On Wednesday afternoon, Dec 20th, 2023, it was clearer than predicted. So, I broke out the scope and setup to catch the first quarter moon and test a filter I purchased last year that I only used twice.
My main problem with using this filter was getting my flats to work when using the QHY294C camera. I was never really successful last year and I had to manually do flat calibration in FitsWorks, which was a pain. So, my first step was to get a good flat and hope that it worked with the 3 minute exposures I planned to use.
Conditions that evening were predicted to be clear, but only average transparency. In actuality, it was average to below average with a few high clouds that came in periodically. Oh, well… I was not expecting to get any keepers this night, but I still wanted to test that filter.
The Antlia Triband RGB Ultra filter, a lower cost triband filter that I had mixed results with at a dark location last year, was what I wanted to use and test from my heavily light polluted metro area location. It would be the first time to try it in this kind of heavy LP.
So, the first image at the beginning of the post is how the UHC-S filter performed with 9×3 minute subs. The conditions were better when this image was taken, so keep that in mind.
Next, here’s how the Antlia Triband RGB Ultra filter did with roughly the same exposure on a below average night:
Almost a match for how much nebulosity it picked up, but the key differences are the star halos that the UHC-S filter tends to produce on bright stars and the lack of halos for the Antlia filter, plus the much stronger blue channel with the Triband.
Next, I put it to a real-world test with 50 sub-images of the California Nebula:
I noticed during the acquisition of these that the filter was performing really well, and my flat was working reasonably well. It was not perfect, but good enough for what I intended to accomplish.

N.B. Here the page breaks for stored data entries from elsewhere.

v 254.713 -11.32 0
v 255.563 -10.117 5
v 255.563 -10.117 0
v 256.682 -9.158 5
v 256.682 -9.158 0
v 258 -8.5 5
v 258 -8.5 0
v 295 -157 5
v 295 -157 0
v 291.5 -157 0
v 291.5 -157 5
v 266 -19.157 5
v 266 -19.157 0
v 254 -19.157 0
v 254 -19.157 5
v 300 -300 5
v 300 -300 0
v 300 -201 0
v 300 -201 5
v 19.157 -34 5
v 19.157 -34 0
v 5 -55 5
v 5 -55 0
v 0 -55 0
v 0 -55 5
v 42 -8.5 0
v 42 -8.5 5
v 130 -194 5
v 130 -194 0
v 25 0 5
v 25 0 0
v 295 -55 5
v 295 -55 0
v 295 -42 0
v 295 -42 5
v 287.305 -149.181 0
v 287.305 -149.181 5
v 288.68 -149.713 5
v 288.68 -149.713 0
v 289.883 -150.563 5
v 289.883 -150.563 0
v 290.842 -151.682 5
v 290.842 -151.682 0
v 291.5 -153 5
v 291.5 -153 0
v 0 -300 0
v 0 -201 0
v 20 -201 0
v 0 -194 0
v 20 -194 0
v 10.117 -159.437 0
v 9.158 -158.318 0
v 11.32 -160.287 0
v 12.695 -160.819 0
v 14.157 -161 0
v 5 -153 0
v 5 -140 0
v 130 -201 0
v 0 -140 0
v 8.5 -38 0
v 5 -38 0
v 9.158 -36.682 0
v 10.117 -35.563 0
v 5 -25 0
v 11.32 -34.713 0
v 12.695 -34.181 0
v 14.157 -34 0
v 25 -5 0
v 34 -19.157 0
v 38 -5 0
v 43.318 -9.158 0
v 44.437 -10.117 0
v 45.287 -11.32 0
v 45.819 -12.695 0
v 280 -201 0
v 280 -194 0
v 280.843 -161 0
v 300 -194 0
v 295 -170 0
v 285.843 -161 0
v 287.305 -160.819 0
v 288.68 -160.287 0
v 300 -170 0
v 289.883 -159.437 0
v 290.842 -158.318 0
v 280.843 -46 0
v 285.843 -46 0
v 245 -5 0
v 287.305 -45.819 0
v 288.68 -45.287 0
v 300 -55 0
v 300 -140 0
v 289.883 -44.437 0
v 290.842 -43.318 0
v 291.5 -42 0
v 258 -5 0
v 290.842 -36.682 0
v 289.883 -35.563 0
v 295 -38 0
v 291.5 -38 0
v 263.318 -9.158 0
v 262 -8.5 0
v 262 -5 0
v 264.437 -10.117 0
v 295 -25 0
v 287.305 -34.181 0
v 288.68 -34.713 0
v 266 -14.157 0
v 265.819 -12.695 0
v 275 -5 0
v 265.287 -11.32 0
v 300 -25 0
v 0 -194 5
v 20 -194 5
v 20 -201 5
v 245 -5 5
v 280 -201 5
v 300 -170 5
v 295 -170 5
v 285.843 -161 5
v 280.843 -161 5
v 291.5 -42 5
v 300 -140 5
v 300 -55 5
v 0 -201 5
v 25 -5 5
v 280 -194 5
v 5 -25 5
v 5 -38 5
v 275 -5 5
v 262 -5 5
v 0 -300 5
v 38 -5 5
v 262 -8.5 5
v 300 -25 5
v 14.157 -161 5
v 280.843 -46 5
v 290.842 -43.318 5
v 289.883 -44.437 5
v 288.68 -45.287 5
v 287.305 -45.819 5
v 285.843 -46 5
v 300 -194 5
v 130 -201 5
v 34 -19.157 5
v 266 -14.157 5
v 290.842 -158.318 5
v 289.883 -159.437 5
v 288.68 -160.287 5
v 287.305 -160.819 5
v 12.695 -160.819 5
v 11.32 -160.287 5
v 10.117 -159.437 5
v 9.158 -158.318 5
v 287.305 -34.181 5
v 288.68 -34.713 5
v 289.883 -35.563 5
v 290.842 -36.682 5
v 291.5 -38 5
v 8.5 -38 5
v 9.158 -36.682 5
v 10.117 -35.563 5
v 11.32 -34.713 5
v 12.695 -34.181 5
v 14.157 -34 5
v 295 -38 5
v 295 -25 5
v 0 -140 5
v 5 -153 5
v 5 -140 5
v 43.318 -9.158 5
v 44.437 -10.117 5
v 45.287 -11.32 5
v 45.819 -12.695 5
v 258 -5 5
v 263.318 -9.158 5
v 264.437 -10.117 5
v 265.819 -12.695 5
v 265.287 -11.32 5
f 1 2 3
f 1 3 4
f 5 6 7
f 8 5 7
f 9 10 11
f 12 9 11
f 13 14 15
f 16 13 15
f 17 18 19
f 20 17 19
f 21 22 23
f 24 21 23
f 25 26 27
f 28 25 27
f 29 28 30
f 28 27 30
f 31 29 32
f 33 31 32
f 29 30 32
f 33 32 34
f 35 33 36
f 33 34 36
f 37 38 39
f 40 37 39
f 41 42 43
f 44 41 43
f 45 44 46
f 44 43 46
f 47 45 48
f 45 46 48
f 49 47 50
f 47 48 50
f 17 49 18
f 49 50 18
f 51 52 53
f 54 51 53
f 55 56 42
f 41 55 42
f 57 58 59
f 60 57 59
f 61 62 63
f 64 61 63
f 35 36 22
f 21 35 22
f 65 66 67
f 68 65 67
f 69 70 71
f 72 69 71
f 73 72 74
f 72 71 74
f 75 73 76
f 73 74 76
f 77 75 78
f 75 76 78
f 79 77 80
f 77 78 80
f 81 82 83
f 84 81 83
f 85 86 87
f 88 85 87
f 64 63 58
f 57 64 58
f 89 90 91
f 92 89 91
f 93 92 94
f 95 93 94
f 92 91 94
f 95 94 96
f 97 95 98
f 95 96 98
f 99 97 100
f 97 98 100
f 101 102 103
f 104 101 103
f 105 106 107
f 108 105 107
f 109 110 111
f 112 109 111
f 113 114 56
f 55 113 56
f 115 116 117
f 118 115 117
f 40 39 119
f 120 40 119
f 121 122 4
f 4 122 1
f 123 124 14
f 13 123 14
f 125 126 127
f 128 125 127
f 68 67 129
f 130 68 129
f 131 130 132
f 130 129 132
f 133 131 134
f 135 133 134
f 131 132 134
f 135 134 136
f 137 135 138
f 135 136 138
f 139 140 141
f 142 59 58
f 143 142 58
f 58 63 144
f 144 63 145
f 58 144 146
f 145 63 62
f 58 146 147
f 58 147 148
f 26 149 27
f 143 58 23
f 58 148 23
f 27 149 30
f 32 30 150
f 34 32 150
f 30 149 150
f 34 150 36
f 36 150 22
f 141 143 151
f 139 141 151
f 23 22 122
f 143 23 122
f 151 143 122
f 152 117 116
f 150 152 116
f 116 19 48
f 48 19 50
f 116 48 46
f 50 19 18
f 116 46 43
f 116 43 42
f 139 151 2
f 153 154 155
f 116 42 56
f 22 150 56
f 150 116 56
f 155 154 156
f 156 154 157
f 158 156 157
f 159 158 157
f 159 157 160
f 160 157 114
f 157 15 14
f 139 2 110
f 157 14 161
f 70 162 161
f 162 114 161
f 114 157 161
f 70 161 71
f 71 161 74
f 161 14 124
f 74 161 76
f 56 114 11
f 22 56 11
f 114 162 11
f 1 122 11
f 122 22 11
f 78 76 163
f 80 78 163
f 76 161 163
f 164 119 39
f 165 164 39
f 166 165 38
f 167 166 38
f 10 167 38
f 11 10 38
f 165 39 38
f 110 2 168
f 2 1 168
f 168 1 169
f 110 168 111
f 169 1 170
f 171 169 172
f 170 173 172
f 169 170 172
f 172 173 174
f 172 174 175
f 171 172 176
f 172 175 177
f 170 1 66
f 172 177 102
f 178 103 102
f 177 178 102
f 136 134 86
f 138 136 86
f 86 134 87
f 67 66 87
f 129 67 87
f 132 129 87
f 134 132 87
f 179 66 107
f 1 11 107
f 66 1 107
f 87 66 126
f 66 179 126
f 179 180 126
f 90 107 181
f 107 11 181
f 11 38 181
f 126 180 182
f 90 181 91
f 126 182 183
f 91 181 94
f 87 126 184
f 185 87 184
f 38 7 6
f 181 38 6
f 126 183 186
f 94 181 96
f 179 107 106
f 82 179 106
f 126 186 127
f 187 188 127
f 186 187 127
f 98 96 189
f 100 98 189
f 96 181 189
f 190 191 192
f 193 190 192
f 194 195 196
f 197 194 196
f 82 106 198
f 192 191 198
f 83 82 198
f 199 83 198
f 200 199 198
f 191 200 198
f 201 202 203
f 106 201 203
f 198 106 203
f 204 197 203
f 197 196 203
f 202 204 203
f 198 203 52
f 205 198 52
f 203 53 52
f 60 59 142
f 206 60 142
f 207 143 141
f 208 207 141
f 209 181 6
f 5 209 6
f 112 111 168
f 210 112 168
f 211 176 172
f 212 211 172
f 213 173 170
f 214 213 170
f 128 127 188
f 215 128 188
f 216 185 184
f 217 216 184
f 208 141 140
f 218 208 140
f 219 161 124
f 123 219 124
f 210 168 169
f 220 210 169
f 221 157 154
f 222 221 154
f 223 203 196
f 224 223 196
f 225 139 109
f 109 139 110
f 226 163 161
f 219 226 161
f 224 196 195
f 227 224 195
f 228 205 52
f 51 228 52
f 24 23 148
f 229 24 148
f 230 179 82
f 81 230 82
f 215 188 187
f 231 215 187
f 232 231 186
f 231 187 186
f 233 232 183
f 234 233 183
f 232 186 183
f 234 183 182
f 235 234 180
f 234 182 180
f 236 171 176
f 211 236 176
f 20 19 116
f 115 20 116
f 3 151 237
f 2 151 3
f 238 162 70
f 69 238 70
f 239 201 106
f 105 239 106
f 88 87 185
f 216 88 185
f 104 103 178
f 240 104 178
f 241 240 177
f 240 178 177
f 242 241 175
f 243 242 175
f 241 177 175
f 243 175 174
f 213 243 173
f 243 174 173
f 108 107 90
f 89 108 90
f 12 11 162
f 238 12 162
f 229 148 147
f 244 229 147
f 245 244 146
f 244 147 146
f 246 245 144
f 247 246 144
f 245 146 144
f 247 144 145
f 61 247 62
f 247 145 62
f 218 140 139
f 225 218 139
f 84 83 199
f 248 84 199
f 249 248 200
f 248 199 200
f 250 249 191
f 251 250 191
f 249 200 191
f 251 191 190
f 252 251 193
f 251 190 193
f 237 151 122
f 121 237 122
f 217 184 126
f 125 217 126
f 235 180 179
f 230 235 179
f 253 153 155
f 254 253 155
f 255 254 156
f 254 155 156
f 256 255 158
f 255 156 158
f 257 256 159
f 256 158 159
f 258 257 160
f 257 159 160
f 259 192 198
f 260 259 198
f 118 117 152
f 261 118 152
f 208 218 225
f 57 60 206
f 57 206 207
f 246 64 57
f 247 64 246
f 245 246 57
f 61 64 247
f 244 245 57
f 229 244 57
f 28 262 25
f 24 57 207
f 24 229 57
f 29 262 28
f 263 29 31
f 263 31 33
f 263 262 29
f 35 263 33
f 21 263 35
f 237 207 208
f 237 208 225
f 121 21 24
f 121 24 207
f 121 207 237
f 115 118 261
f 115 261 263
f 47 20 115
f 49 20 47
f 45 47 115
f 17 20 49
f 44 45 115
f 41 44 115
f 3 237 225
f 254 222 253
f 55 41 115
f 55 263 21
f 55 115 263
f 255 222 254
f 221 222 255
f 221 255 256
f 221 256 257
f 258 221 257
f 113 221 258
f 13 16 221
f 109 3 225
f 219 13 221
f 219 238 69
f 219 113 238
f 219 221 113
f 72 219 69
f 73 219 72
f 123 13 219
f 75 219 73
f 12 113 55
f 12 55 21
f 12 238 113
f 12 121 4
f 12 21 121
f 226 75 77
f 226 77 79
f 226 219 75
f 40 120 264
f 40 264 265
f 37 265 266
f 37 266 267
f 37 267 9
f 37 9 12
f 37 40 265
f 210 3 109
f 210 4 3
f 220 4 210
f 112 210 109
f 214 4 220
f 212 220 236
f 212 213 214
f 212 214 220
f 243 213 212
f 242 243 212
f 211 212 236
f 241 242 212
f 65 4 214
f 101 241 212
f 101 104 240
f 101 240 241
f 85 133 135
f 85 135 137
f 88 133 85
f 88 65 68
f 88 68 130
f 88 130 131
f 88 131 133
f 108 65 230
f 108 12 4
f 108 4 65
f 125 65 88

I have a second version of the processing using a PS Starless action. Not as clean as a removal as StarNet++, but it’s very fast!
After this, I wanted to try it on the Horse Head and Orion Nebula. I started on the Horse Head, but didn’t get too far because my scope was starting to point directly at the parking lot lighting next door. Once the light was directly hitting the lens, that was it. So, only 4 sub-images were good out of the dozen or so I took.
I opened the stack in FitsWorks while still imaging it and cropped out the bad part that had caught the direct view of the streetlight. I spent only about 5 to 10 minutes fussing with it in FitsWorks, which has very limited image editing tools. It came out much better than I anticipated:
Here’s the same image, but it is the uncropped, full-field. I worked on it in PSCS3 to repair the damage from the streetlight’s strong gradient in the top left corner and do a better processing job than what FitsWorks does:
So, my conclusions are this filter, with a good flat, tends to work better in heavy LP than the UHC-S filter. Mainly because it doesn’t produce bad halos around bright stars. But, it is also because it has a great blue channel, unlike the UHC-S. That sure makes color balancing easier and I can go after broadband targets in addition to just nebulae.
BTW, I never did get a shot of the moon that night. The filter test results were too good and I didn’t want to waste any time that I could otherwise use to test it on more nebulae.